** Task material follows **

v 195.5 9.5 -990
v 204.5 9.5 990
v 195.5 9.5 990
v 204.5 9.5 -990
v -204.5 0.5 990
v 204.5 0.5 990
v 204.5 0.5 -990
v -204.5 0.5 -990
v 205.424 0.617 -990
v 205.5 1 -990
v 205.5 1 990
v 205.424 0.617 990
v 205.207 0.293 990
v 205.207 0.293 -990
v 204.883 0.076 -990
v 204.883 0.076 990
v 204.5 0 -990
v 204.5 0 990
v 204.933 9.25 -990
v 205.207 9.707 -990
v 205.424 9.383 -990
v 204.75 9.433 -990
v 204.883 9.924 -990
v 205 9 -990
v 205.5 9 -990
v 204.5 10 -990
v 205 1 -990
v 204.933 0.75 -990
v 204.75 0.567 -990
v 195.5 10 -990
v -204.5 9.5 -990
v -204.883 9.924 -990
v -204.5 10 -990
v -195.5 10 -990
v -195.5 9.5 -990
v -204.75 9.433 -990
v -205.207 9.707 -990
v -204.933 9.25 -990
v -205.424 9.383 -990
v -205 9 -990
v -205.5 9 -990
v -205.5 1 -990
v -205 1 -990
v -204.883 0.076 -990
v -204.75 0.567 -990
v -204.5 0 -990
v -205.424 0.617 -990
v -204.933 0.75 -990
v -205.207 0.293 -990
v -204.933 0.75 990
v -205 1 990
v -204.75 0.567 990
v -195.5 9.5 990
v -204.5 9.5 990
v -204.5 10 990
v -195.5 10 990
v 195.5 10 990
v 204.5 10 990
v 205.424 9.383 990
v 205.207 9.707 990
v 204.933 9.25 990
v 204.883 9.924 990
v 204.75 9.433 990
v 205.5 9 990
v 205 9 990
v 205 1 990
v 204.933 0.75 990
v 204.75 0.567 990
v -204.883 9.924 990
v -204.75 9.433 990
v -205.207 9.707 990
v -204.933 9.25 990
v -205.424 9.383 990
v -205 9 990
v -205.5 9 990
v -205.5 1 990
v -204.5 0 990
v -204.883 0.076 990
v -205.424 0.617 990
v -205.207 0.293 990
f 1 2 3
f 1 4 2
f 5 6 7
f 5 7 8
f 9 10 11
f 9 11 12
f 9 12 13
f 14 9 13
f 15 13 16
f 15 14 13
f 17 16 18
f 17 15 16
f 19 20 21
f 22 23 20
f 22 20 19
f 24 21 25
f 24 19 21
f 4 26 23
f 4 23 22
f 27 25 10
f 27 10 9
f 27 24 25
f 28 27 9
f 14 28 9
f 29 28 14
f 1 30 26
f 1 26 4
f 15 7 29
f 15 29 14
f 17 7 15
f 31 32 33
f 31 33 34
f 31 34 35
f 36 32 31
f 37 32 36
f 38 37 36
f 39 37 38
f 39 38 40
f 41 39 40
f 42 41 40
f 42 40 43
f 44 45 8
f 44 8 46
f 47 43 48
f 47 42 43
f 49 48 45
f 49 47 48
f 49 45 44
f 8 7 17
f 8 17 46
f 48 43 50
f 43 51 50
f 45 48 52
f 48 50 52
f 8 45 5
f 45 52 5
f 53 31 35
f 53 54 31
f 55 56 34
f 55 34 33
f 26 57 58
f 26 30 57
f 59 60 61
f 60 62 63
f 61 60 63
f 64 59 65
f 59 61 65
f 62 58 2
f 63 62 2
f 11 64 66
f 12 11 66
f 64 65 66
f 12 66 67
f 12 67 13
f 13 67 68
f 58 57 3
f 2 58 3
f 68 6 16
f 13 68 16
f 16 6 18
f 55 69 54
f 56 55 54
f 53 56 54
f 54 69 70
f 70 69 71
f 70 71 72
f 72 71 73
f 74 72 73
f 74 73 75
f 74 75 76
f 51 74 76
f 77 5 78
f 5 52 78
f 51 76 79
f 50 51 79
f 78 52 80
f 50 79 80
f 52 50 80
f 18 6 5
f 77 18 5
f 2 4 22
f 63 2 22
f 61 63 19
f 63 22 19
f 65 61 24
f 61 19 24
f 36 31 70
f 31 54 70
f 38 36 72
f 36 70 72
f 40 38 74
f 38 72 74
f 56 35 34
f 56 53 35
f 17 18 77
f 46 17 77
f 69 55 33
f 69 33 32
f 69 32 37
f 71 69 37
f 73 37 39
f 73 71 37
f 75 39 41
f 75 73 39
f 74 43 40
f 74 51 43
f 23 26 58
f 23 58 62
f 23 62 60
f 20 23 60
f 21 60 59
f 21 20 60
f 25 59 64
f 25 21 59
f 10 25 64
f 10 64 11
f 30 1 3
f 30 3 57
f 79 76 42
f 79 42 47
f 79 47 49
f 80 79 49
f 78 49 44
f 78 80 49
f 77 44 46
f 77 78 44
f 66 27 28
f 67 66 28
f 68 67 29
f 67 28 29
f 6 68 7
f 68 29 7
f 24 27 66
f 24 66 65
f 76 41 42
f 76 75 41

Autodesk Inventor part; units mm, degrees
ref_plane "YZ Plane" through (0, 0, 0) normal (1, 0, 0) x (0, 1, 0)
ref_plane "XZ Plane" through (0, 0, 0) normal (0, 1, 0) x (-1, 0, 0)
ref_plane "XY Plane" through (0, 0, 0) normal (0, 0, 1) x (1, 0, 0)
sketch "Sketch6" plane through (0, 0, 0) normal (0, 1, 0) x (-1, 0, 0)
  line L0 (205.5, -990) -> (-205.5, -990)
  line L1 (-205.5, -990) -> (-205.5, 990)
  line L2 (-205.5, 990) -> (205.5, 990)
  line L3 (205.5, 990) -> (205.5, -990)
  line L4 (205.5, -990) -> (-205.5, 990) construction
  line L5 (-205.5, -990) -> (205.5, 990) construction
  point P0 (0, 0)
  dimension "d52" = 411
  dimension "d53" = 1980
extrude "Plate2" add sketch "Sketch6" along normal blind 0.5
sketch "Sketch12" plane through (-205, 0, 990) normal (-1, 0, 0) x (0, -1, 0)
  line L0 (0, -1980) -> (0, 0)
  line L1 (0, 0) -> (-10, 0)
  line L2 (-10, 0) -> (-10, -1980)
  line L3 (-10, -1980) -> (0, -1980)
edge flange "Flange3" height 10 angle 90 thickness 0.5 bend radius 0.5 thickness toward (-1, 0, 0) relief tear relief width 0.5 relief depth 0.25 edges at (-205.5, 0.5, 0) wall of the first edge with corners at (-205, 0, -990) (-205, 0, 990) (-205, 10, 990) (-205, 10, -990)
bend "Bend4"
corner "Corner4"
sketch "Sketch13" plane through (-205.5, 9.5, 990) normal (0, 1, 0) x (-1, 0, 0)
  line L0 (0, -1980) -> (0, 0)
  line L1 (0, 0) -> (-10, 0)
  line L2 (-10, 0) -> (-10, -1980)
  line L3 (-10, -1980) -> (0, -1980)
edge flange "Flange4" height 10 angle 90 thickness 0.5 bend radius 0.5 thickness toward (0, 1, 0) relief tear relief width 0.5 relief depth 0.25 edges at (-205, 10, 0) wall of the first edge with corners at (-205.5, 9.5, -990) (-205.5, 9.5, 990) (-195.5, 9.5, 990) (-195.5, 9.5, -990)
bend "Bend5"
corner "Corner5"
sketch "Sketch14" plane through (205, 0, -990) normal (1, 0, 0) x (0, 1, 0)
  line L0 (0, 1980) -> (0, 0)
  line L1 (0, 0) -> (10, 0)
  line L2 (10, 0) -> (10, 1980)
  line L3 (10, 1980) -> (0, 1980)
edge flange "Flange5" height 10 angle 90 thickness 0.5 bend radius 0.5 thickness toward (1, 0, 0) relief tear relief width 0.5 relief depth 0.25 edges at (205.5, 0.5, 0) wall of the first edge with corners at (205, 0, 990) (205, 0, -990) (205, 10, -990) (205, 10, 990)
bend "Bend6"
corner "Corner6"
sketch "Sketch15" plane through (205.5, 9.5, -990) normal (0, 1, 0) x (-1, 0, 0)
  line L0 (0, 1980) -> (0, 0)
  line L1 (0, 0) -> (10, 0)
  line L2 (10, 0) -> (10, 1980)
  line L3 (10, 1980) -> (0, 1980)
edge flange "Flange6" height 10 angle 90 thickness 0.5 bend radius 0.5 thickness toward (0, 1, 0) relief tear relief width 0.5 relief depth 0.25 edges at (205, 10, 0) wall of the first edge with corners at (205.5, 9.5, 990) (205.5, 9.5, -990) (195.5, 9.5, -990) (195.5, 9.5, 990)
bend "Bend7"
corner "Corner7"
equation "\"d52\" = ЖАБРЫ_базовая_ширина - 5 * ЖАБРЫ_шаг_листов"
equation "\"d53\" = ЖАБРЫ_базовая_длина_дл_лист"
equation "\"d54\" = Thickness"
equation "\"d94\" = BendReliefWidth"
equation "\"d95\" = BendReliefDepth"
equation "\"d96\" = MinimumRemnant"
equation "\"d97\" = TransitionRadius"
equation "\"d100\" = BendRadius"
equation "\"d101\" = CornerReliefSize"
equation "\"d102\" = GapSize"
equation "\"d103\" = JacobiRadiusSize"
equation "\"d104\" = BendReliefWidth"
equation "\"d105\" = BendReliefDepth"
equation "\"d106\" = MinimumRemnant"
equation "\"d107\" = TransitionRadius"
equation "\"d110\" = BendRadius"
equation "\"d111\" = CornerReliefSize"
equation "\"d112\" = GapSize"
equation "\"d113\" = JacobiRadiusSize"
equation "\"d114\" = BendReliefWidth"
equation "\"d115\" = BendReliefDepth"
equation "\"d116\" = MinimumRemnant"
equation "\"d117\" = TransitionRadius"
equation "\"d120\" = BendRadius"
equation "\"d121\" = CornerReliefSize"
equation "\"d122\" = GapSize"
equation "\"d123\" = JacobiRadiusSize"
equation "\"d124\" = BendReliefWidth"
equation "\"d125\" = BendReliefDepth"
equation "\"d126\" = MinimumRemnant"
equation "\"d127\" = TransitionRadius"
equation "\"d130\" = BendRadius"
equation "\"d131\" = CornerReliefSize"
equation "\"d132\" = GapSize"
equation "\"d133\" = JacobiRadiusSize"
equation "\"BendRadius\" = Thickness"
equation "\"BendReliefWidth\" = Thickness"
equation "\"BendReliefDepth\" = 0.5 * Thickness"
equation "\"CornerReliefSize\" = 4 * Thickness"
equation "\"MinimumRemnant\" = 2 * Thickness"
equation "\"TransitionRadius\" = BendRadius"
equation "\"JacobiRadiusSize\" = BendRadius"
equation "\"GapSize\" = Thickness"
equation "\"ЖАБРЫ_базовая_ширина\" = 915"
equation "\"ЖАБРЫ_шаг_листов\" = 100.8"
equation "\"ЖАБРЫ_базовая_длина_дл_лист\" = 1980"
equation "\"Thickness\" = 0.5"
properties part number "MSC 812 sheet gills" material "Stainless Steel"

** End of Task material **
** Task material follows **

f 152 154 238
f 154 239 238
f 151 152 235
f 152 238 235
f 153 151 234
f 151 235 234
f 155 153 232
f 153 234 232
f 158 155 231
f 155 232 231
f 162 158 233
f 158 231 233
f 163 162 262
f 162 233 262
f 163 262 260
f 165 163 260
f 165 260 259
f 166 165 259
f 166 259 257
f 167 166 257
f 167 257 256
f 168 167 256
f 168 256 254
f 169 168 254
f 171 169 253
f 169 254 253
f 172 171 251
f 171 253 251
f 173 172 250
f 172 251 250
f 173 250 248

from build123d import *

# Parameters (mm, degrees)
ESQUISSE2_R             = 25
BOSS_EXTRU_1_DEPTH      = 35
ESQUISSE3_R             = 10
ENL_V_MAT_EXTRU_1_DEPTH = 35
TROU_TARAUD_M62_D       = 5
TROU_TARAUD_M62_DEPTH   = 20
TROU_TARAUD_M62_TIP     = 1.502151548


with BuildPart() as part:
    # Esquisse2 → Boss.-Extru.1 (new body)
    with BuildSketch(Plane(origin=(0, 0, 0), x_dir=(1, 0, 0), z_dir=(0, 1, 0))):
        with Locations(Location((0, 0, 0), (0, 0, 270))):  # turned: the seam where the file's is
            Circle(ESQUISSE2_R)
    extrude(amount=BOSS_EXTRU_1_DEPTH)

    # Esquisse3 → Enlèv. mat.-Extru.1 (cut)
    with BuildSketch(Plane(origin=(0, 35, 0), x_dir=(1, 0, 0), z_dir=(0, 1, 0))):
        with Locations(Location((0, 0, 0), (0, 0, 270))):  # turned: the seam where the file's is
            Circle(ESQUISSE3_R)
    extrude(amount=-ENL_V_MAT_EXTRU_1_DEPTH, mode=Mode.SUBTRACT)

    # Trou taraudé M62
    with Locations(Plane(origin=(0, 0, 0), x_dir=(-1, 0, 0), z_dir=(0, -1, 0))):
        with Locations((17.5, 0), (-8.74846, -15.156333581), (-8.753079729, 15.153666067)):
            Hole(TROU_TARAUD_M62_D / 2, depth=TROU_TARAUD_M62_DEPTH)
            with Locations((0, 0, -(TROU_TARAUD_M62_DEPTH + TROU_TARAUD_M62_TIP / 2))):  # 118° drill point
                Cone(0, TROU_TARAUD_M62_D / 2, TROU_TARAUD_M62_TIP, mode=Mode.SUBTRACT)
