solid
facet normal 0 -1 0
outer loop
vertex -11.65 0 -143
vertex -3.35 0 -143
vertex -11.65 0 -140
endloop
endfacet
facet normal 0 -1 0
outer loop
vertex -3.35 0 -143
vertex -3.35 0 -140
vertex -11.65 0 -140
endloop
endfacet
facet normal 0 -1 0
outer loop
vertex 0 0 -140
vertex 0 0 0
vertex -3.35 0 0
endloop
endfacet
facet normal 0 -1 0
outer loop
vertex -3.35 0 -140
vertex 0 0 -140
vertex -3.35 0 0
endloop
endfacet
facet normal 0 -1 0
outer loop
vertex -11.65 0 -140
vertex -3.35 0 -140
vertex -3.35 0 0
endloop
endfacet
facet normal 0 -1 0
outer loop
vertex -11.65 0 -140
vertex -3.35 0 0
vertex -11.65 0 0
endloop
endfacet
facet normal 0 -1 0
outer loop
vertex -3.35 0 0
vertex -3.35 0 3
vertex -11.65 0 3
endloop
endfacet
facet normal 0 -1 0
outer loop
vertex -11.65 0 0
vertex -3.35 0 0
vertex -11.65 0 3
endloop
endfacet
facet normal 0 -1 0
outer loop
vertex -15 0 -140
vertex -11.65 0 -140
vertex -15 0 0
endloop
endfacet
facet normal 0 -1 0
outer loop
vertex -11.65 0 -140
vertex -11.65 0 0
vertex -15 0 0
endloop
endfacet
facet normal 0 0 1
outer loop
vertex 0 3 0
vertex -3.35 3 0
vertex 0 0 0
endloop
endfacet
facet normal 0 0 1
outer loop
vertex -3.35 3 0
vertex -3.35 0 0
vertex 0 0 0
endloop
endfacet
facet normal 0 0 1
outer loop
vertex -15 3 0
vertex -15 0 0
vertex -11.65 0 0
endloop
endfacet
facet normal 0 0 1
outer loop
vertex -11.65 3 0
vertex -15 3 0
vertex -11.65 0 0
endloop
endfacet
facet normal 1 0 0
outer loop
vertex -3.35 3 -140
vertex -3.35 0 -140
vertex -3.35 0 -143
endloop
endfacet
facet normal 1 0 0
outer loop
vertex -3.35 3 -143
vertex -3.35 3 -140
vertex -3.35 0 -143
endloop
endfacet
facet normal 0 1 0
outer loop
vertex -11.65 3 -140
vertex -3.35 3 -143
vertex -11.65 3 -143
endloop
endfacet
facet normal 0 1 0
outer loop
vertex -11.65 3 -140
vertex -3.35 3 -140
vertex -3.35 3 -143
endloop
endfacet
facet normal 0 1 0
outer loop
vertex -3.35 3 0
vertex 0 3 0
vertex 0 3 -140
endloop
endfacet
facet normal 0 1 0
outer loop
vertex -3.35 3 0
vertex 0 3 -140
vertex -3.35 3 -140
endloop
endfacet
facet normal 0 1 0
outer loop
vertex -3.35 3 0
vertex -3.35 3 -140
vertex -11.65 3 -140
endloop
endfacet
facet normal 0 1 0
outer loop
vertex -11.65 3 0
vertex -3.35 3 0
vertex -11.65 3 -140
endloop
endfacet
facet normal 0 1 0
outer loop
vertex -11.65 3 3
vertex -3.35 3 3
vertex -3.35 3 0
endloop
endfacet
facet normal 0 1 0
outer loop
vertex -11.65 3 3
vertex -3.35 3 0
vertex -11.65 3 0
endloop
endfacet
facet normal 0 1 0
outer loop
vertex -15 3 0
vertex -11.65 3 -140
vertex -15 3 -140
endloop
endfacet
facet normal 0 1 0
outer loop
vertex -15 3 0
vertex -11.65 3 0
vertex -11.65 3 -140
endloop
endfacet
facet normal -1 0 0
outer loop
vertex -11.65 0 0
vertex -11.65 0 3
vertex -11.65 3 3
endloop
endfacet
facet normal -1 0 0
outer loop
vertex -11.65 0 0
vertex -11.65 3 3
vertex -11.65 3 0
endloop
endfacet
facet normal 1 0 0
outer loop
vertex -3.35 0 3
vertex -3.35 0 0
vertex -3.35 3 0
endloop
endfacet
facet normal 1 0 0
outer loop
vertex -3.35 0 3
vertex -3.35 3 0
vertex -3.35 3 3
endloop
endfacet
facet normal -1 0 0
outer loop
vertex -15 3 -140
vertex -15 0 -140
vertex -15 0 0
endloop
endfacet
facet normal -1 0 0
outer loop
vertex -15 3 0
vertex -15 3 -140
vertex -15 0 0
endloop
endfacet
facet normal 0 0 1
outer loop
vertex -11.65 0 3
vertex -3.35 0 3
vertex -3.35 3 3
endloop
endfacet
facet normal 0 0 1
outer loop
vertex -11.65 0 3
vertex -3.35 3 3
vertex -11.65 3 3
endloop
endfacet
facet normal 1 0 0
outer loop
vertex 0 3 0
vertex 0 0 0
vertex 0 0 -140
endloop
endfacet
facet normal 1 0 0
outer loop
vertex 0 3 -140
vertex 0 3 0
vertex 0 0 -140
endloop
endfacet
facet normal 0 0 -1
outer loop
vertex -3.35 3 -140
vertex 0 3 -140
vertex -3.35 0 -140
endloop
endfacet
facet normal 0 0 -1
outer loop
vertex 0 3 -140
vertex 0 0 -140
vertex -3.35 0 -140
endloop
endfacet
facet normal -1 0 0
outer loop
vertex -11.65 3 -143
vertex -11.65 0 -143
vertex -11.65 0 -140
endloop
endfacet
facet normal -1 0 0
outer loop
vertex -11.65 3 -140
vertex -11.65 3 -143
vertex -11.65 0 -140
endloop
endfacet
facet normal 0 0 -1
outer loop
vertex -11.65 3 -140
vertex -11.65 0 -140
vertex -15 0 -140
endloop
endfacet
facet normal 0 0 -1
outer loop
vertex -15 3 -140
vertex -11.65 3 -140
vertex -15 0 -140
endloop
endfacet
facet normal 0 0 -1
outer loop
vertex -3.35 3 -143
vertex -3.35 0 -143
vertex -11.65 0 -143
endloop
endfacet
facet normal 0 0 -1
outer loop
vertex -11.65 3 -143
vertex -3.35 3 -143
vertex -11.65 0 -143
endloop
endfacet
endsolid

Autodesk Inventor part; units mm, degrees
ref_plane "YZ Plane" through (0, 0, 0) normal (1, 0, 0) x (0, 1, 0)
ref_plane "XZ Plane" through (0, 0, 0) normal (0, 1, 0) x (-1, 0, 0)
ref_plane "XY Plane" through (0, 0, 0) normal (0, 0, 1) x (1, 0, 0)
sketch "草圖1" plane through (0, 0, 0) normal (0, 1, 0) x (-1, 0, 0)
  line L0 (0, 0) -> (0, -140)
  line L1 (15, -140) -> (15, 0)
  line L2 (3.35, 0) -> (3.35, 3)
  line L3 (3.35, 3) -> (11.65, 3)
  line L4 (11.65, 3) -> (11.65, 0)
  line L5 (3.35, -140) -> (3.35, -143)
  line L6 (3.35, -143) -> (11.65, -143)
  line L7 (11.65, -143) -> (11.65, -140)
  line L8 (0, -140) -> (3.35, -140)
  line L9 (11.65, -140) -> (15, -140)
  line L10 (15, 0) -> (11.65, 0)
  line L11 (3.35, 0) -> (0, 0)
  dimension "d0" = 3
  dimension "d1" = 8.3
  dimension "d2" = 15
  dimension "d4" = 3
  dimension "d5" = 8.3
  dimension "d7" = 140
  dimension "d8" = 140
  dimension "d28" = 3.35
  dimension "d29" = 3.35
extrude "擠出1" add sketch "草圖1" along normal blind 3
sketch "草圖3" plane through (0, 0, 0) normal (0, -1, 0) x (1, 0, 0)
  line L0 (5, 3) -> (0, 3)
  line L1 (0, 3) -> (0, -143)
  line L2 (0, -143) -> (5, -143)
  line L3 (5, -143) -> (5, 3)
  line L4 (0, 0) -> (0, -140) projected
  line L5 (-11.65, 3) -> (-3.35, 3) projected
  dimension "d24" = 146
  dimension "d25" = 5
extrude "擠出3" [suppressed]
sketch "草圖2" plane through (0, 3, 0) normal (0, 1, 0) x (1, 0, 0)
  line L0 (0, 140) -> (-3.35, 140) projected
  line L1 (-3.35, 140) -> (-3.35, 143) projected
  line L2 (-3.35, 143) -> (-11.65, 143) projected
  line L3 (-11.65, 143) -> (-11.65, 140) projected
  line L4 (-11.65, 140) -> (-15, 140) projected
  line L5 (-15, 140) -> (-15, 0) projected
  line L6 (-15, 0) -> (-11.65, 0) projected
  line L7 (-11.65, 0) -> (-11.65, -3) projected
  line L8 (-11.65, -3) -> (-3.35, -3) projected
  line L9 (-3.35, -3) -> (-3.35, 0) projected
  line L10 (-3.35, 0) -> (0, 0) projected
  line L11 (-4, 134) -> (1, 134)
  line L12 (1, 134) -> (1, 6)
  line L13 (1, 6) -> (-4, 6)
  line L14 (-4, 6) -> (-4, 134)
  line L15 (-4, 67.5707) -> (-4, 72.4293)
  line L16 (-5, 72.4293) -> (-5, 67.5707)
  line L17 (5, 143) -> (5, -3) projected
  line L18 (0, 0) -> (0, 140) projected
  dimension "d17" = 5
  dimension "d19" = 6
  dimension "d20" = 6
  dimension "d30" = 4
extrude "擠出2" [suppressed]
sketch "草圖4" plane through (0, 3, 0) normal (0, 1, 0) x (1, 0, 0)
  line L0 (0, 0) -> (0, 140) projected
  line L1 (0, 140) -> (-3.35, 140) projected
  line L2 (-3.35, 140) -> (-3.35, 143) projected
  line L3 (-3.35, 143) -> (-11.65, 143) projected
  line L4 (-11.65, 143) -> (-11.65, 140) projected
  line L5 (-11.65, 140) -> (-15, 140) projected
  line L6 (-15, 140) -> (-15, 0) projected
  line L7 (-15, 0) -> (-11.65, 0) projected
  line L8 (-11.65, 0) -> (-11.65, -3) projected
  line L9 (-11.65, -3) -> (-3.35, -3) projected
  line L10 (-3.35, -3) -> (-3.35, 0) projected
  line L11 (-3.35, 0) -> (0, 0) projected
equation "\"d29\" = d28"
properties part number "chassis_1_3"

** End of Task material **

Identify every line above with the string "origin" in it. Copy those lines.

▸ **Expected output**
    with BuildSketch(Plane(origin=(0, 0, 0), x_dir=(1, 0, 0), z_dir=(0, 1, 0))):
    with BuildSketch(Plane(origin=(0, 35, 0), x_dir=(1, 0, 0), z_dir=(0, 1, 0))):
    with Locations(Plane(origin=(0, 0, 0), x_dir=(-1, 0, 0), z_dir=(0, -1, 0))):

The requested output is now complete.